### [Action item]
From the data below, copy exactly the lines that lie between the one holding "20.32 contours A1" and the one holding "Rebuilt in FreeCAD, every", including both, and nothing more.

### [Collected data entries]
-*-

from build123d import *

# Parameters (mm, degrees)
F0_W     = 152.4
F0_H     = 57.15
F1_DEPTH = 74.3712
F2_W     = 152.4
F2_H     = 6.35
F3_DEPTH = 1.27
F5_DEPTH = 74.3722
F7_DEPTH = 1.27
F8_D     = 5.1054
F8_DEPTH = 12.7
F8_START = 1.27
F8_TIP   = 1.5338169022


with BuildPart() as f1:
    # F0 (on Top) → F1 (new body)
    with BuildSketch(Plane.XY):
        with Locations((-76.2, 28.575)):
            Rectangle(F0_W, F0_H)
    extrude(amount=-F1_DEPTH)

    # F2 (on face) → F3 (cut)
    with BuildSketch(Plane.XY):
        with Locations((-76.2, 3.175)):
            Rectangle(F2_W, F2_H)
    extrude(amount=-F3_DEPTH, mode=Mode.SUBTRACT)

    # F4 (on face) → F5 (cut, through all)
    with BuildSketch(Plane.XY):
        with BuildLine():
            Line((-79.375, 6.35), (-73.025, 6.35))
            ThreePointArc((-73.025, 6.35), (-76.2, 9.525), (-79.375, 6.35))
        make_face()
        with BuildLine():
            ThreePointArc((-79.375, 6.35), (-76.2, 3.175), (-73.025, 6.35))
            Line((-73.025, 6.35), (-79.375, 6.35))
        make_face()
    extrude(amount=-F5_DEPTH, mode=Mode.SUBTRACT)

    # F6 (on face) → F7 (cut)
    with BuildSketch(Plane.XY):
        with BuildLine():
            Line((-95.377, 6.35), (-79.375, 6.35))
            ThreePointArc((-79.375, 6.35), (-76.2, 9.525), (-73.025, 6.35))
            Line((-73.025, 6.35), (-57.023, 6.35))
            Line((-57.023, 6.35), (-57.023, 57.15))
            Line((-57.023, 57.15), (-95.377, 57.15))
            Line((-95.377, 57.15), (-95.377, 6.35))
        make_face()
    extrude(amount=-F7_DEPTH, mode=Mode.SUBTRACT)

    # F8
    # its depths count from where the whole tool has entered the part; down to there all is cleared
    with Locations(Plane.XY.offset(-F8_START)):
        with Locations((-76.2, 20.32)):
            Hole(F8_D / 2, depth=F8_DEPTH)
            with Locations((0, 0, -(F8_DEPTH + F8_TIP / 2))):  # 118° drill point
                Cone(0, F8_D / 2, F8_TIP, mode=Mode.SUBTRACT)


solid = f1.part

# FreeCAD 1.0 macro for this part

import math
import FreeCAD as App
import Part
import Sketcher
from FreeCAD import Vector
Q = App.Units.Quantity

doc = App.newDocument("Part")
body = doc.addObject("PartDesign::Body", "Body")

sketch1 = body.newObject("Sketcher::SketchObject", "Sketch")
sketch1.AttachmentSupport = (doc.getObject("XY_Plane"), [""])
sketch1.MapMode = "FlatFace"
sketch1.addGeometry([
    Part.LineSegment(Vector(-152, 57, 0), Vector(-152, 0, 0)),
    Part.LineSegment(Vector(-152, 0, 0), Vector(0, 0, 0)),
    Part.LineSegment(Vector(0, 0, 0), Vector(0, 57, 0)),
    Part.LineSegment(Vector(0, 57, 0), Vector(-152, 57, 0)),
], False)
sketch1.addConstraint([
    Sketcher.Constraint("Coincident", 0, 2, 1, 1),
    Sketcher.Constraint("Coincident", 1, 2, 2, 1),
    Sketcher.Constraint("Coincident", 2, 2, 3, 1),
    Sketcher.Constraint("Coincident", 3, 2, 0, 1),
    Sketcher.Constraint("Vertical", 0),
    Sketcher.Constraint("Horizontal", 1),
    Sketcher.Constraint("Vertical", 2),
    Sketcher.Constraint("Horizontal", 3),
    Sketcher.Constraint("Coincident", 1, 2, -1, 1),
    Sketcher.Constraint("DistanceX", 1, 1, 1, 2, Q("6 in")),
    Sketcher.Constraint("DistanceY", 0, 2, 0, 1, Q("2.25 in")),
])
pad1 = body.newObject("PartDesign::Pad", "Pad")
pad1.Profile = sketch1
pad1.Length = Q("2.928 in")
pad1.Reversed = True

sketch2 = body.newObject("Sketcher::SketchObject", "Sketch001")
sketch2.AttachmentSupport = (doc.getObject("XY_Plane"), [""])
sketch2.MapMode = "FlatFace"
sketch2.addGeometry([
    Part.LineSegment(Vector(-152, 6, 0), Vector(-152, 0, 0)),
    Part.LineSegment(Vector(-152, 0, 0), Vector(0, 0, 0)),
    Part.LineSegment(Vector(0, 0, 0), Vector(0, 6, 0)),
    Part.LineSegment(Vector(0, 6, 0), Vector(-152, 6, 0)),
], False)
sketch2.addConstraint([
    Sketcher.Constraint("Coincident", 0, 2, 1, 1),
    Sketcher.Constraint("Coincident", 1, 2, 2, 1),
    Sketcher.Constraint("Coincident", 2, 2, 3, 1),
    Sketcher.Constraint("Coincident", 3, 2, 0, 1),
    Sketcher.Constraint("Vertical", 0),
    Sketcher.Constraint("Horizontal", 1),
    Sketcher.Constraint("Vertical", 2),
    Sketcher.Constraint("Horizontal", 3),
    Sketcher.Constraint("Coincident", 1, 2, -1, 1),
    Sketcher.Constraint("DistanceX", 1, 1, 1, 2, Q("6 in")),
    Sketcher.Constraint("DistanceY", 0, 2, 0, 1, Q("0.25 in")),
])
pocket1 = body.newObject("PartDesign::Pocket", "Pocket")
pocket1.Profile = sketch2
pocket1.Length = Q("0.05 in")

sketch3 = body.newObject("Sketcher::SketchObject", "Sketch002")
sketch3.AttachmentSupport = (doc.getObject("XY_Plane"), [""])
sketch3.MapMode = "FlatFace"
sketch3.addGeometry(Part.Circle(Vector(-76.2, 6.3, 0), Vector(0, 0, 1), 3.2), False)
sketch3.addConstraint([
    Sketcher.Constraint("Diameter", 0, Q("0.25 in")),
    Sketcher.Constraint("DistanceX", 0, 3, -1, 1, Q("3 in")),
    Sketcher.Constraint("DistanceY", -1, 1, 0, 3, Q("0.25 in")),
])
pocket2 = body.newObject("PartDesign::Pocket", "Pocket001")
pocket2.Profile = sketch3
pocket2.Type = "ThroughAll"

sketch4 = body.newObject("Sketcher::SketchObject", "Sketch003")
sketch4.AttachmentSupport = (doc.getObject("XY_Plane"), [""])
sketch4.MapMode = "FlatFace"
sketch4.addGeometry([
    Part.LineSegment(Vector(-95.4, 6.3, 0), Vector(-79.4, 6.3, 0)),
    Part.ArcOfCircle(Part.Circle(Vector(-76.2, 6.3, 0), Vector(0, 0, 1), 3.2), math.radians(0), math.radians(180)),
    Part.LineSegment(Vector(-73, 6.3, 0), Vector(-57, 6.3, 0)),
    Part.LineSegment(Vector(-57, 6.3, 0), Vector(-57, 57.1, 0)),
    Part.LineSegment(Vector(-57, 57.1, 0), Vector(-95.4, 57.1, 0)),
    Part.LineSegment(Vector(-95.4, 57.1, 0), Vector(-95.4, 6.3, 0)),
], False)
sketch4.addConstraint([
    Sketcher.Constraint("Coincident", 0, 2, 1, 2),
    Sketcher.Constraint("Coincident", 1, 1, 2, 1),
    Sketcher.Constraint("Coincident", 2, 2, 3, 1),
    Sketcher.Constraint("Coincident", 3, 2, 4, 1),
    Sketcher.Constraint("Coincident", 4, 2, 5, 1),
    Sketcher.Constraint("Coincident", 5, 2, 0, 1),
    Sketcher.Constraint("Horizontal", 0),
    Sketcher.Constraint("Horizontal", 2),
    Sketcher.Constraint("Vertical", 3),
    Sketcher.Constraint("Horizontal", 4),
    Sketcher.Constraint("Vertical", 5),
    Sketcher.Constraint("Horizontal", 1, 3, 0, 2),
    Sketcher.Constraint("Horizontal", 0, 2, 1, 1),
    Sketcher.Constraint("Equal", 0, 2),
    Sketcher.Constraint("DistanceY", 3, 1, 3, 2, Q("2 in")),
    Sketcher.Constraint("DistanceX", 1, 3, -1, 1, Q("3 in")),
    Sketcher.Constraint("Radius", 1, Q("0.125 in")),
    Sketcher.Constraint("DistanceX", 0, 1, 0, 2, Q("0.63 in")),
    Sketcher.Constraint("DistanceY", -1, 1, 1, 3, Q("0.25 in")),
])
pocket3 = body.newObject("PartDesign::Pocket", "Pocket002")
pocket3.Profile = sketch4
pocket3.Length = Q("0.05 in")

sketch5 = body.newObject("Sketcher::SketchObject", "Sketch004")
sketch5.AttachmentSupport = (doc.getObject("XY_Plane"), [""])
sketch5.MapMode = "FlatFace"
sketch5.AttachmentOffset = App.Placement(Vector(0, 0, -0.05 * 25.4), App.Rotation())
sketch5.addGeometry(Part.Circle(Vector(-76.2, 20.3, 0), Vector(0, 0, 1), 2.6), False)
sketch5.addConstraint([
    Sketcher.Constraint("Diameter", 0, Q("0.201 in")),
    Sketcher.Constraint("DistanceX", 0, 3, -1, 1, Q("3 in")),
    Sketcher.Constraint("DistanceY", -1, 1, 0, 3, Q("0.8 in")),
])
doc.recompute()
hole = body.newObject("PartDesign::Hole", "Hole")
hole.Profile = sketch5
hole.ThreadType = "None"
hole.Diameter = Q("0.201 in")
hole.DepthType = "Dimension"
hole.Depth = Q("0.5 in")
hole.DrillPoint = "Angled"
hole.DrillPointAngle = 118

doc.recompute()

-*-

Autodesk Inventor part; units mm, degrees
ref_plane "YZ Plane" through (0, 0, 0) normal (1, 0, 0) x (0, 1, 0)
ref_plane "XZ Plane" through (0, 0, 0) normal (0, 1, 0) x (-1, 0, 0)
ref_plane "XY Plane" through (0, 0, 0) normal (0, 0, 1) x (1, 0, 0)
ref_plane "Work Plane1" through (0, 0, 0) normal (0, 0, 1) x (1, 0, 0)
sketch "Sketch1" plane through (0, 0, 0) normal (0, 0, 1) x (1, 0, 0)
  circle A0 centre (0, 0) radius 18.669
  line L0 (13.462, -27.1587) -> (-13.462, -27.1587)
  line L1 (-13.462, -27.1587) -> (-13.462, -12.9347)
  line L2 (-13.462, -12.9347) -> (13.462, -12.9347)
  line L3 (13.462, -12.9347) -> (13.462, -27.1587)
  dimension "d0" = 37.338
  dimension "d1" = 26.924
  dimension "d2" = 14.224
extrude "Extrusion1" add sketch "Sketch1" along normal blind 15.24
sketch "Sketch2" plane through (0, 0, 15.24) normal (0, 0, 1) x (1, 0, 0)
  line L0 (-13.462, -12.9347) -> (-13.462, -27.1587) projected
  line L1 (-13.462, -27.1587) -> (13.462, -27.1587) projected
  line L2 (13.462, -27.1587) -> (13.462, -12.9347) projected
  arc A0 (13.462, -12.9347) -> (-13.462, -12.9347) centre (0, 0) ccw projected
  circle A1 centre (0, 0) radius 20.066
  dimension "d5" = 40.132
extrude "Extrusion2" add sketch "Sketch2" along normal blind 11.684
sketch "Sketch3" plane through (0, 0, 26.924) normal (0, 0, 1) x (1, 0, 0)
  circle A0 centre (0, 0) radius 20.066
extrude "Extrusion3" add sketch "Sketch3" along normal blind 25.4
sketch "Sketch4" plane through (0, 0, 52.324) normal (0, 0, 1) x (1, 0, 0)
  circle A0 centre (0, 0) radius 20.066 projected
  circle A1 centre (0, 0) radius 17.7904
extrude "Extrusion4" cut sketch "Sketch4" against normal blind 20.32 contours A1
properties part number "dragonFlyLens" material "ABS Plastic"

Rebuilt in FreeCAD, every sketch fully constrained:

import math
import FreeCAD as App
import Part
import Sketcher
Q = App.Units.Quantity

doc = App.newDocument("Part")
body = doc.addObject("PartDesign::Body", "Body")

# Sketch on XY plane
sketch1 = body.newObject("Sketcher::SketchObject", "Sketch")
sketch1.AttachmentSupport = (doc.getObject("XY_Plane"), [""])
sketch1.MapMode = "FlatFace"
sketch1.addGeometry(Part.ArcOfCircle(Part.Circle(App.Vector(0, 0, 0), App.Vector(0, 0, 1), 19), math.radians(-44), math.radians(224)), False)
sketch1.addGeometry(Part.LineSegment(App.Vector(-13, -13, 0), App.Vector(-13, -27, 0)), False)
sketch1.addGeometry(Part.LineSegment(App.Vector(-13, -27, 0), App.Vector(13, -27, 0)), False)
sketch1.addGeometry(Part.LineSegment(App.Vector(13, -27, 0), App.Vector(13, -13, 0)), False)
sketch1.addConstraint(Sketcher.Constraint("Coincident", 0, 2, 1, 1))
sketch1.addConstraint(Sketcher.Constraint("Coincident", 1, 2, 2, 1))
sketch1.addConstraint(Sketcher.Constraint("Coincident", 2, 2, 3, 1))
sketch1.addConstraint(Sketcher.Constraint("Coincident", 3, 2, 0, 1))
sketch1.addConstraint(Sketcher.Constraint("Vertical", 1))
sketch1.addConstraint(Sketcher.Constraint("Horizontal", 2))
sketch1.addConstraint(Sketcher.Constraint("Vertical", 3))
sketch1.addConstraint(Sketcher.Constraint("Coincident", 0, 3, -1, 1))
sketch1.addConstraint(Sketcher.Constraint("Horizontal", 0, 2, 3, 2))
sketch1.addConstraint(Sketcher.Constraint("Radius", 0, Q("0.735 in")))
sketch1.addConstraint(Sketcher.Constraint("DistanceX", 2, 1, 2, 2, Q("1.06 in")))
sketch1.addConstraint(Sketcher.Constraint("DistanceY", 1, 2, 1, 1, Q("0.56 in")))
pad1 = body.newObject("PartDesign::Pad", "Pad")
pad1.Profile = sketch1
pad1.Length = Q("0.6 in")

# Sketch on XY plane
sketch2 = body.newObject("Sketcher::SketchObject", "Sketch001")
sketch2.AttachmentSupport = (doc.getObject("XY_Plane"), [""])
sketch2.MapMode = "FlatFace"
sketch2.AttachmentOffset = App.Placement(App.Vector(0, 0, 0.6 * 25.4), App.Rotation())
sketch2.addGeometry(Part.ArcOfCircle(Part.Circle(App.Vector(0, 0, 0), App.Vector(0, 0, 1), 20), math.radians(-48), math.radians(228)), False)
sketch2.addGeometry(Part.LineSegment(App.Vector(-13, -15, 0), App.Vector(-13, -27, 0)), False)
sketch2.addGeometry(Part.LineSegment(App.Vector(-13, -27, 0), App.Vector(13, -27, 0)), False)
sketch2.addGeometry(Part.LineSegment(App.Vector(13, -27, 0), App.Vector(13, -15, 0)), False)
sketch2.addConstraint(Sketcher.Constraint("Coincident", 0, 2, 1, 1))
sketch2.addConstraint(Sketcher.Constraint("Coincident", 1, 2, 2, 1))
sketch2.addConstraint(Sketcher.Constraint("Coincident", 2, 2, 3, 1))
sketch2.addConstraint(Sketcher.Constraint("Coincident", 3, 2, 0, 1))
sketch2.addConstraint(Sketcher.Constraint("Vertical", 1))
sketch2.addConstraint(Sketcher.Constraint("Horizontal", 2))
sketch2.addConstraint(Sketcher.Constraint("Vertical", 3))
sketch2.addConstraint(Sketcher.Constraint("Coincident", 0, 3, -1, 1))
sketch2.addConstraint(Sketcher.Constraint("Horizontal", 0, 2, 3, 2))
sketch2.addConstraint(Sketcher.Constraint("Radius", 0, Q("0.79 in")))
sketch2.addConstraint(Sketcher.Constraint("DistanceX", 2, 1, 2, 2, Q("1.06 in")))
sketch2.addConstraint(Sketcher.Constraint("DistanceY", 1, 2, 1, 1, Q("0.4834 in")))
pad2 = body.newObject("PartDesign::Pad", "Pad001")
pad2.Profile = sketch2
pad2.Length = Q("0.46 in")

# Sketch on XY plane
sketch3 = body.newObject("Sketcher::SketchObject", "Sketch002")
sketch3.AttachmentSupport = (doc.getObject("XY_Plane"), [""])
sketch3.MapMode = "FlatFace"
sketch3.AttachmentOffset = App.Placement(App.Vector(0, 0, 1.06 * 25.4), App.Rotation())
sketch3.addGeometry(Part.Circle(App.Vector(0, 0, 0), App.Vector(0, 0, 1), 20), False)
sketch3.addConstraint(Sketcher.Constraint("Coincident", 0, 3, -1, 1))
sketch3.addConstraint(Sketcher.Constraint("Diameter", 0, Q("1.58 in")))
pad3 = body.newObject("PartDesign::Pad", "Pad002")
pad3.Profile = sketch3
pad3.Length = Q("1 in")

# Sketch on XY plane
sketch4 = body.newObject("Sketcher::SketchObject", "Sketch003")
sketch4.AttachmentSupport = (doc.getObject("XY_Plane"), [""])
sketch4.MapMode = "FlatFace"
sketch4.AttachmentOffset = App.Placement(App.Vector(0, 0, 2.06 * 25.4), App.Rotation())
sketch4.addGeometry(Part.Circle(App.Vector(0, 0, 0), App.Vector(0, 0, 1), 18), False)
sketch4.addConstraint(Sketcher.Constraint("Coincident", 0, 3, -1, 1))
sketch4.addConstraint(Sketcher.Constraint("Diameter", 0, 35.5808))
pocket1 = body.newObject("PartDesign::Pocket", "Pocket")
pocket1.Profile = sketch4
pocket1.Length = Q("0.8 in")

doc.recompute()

-*-

### [Answer to this task]
extrude "Extrusion4" cut sketch "Sketch4" against normal blind 20.32 contours A1
properties part number "dragonFlyLens" material "ABS Plastic"

Rebuilt in FreeCAD, every sketch fully constrained:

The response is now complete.